Liberalism was to undergo something of a transformation in terms of its attitude to democracy during the twentieth century. To a large extent, this was in order to meet the challenge posed by socialism and, in particular, by the Russian Revolution of 1917. As Lenin suggested, some sort of democratic republic was now seen as the best political shell for capitalism. However, the facts that many liberals from Locke onwards were simply opposed to democracy, that unprecedented violence was often required to bring about democratic change (the US Civil war), and that emancipation was very often external to the liberal world (San Domingo), all serve to underline Losurdo’s point about the myth of a peaceful transition.
Ultimately, Losurdo deems the most important reason for rejecting this myth to be the tangle of emancipation and dis-emancipation, meaning that the extension of the suffrage in Europe, was accompanied with simultaneous colonial expansion and the subjugation of peoples and races deemed inferior.
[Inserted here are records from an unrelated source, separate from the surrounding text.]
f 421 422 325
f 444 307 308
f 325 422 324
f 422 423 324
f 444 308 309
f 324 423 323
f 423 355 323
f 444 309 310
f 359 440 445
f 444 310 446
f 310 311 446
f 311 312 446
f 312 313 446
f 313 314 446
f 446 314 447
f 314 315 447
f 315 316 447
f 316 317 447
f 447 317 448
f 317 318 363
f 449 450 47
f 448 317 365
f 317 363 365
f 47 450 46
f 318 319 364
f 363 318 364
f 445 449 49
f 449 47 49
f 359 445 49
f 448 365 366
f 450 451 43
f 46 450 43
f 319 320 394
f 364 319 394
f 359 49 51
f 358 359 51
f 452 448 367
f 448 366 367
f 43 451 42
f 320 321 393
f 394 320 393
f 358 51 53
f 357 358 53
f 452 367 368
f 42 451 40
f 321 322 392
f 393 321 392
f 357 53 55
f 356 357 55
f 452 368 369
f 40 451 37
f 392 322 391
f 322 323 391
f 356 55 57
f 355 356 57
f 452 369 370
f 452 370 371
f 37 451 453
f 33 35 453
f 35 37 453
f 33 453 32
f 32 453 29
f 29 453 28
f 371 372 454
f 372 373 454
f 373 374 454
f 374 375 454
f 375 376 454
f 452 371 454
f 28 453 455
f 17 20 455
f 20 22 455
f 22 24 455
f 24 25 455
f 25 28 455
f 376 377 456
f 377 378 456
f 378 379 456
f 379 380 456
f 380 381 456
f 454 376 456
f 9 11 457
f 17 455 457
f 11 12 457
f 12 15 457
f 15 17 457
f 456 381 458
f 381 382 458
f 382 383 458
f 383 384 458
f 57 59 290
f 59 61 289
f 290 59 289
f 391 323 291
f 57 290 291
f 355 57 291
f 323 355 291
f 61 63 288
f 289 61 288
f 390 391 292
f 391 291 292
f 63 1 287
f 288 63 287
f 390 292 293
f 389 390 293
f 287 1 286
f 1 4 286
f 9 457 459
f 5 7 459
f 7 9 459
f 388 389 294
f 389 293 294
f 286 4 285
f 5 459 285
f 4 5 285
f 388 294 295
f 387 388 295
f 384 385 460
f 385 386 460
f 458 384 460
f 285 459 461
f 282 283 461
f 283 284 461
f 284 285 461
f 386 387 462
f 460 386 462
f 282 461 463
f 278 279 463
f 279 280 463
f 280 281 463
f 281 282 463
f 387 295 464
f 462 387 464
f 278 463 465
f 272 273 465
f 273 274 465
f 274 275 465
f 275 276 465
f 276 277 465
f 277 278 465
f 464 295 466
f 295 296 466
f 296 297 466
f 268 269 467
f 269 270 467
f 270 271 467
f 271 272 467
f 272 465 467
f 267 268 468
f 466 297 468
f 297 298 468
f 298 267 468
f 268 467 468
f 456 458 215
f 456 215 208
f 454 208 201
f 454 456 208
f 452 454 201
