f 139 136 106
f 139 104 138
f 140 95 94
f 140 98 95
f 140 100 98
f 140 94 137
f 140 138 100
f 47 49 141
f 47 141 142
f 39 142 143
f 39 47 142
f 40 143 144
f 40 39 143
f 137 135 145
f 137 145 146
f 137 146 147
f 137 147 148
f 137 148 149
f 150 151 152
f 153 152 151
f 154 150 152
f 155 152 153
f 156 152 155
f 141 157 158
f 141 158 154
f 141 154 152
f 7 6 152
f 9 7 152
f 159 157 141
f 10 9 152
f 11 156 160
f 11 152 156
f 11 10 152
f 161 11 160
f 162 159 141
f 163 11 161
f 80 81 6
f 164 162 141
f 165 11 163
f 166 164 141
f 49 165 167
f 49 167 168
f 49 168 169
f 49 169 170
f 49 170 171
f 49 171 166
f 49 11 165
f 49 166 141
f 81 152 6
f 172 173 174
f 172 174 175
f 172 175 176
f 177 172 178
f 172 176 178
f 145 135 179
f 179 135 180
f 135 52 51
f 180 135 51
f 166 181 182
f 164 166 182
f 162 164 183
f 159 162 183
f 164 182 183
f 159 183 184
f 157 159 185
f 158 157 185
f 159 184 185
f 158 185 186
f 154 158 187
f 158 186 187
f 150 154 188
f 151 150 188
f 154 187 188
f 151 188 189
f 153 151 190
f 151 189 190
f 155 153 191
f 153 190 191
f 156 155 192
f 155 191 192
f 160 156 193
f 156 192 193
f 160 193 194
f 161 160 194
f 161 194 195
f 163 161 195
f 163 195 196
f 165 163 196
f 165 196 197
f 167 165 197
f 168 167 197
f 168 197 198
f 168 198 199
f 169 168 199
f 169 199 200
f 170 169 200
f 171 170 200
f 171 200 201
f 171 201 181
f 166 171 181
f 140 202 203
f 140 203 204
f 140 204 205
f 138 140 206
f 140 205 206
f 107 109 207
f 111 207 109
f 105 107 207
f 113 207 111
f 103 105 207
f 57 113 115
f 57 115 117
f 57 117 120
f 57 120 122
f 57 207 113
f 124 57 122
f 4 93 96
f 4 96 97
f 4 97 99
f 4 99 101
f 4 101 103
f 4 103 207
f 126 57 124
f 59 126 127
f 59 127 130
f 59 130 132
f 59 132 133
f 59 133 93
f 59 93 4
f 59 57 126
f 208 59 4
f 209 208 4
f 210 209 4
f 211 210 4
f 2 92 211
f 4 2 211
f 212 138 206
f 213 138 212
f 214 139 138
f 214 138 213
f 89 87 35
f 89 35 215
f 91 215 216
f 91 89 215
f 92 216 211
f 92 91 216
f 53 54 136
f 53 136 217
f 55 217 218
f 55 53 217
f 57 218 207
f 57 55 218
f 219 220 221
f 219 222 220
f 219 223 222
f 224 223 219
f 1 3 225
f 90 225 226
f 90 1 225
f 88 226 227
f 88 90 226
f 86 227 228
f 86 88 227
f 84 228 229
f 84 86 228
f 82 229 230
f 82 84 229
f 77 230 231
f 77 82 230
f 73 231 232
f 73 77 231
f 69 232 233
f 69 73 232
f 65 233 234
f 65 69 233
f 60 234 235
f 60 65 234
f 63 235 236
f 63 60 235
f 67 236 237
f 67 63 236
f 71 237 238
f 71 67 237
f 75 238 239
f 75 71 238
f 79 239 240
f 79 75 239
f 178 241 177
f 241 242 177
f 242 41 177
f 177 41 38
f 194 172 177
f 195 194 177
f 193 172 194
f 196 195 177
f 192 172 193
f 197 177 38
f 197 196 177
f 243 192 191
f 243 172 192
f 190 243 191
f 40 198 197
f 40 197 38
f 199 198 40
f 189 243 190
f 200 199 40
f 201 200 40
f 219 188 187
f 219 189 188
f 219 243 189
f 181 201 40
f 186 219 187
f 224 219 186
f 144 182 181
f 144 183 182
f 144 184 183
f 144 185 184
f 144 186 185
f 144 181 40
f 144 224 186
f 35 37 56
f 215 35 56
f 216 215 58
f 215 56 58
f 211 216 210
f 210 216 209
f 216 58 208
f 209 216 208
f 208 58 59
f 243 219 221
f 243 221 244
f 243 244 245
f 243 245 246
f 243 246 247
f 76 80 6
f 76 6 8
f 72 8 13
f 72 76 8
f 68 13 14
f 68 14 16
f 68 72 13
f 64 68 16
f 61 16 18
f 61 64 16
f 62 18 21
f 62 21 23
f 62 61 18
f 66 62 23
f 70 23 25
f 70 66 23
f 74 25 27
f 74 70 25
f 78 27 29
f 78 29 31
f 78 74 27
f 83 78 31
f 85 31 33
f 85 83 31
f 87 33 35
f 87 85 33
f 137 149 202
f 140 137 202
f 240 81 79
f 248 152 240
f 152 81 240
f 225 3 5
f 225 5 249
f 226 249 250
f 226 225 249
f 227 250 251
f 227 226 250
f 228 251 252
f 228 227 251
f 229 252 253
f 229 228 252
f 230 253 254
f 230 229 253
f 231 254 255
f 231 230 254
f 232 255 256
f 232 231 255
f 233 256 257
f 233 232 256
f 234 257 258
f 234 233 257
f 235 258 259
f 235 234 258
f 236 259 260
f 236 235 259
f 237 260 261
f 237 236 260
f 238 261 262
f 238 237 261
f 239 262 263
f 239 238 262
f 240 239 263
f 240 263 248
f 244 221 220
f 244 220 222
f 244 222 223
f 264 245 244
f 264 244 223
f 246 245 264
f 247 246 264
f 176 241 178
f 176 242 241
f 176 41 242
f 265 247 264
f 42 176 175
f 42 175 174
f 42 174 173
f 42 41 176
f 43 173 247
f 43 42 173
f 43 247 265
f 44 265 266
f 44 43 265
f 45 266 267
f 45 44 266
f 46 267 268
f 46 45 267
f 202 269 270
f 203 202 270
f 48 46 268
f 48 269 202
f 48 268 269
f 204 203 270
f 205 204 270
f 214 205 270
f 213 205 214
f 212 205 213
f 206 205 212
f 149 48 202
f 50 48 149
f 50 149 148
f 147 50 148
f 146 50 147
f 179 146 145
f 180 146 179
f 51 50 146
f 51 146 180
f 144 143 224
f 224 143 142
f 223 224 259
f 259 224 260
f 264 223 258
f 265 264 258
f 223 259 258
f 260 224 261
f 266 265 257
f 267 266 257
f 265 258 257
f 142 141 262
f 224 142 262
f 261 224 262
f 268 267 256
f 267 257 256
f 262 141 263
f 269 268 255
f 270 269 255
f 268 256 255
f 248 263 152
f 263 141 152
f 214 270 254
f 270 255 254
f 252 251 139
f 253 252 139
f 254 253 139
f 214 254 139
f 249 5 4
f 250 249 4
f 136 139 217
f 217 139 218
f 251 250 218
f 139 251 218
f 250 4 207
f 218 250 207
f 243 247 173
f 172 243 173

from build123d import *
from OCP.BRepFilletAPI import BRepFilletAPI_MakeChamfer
Above all, liberalism sacrificed democracy on the altar of colonialism, slavery and empire.
In 2011, as great political struggles for democracy shake the Middle East and beyond, debates will emerge as to which ideological visions can best harness people’s desires for emancipation. Liberalism, despite its recent regression into neo-liberalism and consequent association with powerful economic elites, will no doubt be touted as the default ideological setting for these movements to adopt. Those who seek a deeper emancipation and more radical solutions will however need to move beyond the contradictions of liberalism. In such an ideological context, Losurdo’s critical history is a timely and invaluable contribution.